◆ LISTED RECORDS:
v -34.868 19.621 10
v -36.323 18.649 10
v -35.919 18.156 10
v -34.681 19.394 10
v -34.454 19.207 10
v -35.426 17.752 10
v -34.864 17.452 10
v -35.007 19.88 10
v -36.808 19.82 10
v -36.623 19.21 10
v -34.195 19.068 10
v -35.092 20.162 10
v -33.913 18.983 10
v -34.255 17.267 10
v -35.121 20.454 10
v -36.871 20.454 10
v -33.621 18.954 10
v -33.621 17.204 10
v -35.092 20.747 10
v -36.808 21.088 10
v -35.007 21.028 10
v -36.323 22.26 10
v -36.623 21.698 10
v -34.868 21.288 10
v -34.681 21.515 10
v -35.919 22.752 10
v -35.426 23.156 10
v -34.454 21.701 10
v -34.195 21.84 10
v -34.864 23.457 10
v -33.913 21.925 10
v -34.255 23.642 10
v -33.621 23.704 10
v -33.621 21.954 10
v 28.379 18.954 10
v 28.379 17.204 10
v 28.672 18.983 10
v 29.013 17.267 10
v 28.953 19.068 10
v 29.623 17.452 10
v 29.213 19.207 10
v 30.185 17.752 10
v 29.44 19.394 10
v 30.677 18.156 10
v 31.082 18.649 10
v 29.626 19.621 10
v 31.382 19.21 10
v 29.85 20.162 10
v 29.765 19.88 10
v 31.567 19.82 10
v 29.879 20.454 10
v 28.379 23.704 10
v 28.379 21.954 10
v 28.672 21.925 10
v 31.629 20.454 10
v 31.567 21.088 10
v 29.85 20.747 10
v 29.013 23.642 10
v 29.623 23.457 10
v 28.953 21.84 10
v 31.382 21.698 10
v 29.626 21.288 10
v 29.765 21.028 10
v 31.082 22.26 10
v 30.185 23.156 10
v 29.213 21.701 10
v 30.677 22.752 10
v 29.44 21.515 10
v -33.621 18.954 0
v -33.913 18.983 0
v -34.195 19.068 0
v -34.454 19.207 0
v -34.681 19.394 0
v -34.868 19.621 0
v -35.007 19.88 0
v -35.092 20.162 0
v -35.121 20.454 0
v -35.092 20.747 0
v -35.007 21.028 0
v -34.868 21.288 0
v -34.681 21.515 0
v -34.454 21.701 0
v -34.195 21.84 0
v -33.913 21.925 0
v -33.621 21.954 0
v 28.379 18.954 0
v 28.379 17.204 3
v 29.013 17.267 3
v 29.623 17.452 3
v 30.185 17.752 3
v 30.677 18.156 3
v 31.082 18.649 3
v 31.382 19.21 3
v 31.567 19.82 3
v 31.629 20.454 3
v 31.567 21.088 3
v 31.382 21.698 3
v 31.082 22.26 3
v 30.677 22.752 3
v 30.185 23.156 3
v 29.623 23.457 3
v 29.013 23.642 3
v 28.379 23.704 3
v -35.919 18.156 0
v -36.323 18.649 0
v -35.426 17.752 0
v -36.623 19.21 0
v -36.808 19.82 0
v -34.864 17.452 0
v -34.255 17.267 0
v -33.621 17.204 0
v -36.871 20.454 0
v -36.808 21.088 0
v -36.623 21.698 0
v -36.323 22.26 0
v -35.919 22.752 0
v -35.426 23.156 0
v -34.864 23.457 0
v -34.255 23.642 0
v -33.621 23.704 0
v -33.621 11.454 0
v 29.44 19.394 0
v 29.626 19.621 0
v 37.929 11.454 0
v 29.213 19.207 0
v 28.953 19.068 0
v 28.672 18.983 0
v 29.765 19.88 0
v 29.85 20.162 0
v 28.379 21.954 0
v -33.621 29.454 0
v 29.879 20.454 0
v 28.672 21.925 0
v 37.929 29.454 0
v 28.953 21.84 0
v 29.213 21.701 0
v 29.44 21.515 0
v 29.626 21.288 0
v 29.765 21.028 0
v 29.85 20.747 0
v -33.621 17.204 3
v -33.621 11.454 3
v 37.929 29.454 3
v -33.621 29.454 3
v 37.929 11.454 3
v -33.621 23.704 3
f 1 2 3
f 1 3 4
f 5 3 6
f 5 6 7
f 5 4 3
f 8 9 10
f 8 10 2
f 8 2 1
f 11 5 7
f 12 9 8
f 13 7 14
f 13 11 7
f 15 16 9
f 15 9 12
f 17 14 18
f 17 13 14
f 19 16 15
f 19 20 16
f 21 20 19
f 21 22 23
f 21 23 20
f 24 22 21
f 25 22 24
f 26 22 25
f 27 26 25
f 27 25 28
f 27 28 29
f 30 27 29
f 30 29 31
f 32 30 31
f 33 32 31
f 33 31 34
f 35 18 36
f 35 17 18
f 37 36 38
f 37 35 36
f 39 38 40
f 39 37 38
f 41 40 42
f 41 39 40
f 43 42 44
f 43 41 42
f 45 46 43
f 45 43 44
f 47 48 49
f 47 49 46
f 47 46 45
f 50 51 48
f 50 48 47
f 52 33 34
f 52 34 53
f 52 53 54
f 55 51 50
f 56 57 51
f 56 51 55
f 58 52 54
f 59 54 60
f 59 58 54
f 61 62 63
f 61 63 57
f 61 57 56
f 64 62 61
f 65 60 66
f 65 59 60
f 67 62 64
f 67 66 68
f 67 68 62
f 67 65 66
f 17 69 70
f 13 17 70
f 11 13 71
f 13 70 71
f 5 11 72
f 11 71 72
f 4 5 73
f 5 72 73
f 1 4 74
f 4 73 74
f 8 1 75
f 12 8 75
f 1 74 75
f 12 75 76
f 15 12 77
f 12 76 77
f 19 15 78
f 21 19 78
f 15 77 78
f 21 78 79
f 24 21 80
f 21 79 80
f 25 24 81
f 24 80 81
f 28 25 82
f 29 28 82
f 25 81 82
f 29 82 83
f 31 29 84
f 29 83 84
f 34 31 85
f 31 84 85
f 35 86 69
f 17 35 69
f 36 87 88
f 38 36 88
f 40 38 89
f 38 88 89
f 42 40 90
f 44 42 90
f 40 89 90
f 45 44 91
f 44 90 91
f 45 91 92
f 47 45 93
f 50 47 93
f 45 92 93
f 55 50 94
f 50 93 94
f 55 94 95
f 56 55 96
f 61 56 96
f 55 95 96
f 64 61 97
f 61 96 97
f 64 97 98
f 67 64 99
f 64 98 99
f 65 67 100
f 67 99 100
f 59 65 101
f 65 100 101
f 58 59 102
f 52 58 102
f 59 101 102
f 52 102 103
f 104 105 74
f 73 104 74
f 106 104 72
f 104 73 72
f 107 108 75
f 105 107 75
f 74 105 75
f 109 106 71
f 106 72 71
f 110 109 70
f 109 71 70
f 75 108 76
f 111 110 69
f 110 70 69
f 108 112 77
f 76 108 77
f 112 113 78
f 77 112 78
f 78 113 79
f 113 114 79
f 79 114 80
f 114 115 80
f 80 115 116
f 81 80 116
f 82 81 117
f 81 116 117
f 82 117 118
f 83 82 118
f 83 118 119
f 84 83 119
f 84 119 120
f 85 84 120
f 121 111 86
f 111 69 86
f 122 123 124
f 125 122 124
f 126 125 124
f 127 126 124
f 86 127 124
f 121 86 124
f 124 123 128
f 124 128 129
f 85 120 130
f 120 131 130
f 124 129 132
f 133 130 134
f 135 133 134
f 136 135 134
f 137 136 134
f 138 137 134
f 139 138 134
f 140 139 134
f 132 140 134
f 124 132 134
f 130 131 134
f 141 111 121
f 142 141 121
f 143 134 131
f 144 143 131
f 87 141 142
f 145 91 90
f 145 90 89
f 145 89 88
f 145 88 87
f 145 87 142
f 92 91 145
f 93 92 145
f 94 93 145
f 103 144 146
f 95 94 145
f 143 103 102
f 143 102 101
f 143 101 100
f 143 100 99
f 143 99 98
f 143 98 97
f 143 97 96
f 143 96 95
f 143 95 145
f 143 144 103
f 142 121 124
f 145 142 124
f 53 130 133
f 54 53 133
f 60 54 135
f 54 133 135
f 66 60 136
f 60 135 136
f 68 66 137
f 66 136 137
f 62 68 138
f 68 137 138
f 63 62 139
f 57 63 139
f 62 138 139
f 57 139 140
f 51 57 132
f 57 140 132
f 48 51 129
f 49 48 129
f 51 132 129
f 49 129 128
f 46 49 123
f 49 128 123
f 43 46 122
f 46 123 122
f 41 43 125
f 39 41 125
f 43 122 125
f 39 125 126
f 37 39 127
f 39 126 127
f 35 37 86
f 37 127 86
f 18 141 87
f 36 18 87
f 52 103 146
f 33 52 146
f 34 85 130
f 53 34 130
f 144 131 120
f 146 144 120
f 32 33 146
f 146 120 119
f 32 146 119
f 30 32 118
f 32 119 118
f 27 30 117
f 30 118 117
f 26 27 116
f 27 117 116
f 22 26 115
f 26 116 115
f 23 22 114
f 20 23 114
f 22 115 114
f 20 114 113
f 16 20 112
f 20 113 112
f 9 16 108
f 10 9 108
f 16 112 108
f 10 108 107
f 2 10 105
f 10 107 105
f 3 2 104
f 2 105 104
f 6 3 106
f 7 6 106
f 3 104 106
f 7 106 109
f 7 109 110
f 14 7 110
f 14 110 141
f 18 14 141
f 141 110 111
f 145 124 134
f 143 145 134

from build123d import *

# Parameters (mm, degrees)
F1_DEPTH = 3
F2_DEPTH = 10


with BuildPart() as f1:
    # F0 (on Top) → F1 (new body)
    with BuildSketch(Plane.XY):
        with BuildLine():
            Line((28.379236, 17.204217), (-33.620764, 17.204217))
            Line((-33.620764, 17.204217), (-33.620764, 11.454217))
            Line((-33.620764, 11.454217), (37.929236, 11.454217))
            Line((37.929236, 11.454217), (37.929236, 29.454217))
            Line((37.929236, 29.454217), (-33.620764, 29.454217))
            Line((-33.620764, 29.454217), (-33.620764, 23.704217))
            Line((-33.620764, 23.704217), (28.379236, 23.704217))
            ThreePointArc((28.379236, 23.704217), (31.629236, 20.454217), (28.379236, 17.204217))
        make_face()
    extrude(amount=F1_DEPTH)

    # F0 (on Top) → F2 (join)
    with BuildSketch(Plane.XY):
        with BuildLine():
            Line((-33.620764, 18.954217), (-33.620764, 17.204217))
            Line((-33.620764, 17.204217), (28.379236, 17.204217))
            ThreePointArc((28.379236, 17.204217), (31.629236, 20.454217), (28.379236, 23.704217))
            Line((28.379236, 23.704217), (-33.620764, 23.704217))
            Line((-33.620764, 23.704217), (-33.620764, 21.954217))
            Line((-33.620764, 21.954217), (28.379236, 21.954217))
            ThreePointArc((28.379236, 21.954217), (29.879236, 20.454217), (28.379236, 18.954217))
            Line((28.379236, 18.954217), (-33.620764, 18.954217))
        make_face()
        with BuildLine():
            ThreePointArc((-33.620764, 23.704217), (-36.870764, 20.454217), (-33.620764, 17.204217))
            Line((-33.620764, 17.204217), (-33.620764, 18.954217))
            ThreePointArc((-33.620764, 18.954217), (-35.120764, 20.454217), (-33.620764, 21.954217))
            Line((-33.620764, 21.954217), (-33.620764, 23.704217))
        make_face()
    extrude(amount=F2_DEPTH)


solid = f1.part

◆ WHAT IS BEING ASKED:
Beginning at the first line of the records, retype exactly every line up to and including the one with "v -34.868 21.288 0".

◆ RESULT OF THE EXERCISE:
v -34.868 19.621 10
v -36.323 18.649 10
v -35.919 18.156 10
v -34.681 19.394 10
v -34.454 19.207 10
v -35.426 17.752 10
v -34.864 17.452 10
v -35.007 19.88 10
v -36.808 19.82 10
v -36.623 19.21 10
v -34.195 19.068 10
v -35.092 20.162 10
v -33.913 18.983 10
v -34.255 17.267 10
v -35.121 20.454 10
v -36.871 20.454 10
v -33.621 18.954 10
v -33.621 17.204 10
v -35.092 20.747 10
v -36.808 21.088 10
v -35.007 21.028 10
v -36.323 22.26 10
v -36.623 21.698 10
v -34.868 21.288 10
v -34.681 21.515 10
v -35.919 22.752 10
v -35.426 23.156 10
v -34.454 21.701 10
v -34.195 21.84 10
v -34.864 23.457 10
v -33.913 21.925 10
v -34.255 23.642 10
v -33.621 23.704 10
v -33.621 21.954 10
v 28.379 18.954 10
v 28.379 17.204 10
v 28.672 18.983 10
v 29.013 17.267 10
v 28.953 19.068 10
v 29.623 17.452 10
v 29.213 19.207 10
v 30.185 17.752 10
v 29.44 19.394 10
v 30.677 18.156 10
v 31.082 18.649 10
v 29.626 19.621 10
v 31.382 19.21 10
v 29.85 20.162 10
v 29.765 19.88 10
v 31.567 19.82 10
v 29.879 20.454 10
v 28.379 23.704 10
v 28.379 21.954 10
v 28.672 21.925 10
v 31.629 20.454 10
v 31.567 21.088 10
v 29.85 20.747 10
v 29.013 23.642 10
v 29.623 23.457 10
v 28.953 21.84 10
v 31.382 21.698 10
v 29.626 21.288 10
v 29.765 21.028 10
v 31.082 22.26 10
v 30.185 23.156 10
v 29.213 21.701 10
v 30.677 22.752 10
v 29.44 21.515 10
v -33.621 18.954 0
v -33.913 18.983 0
v -34.195 19.068 0
v -34.454 19.207 0
v -34.681 19.394 0
v -34.868 19.621 0
v -35.007 19.88 0
v -35.092 20.162 0
v -35.121 20.454 0
v -35.092 20.747 0
v -35.007 21.028 0
v -34.868 21.288 0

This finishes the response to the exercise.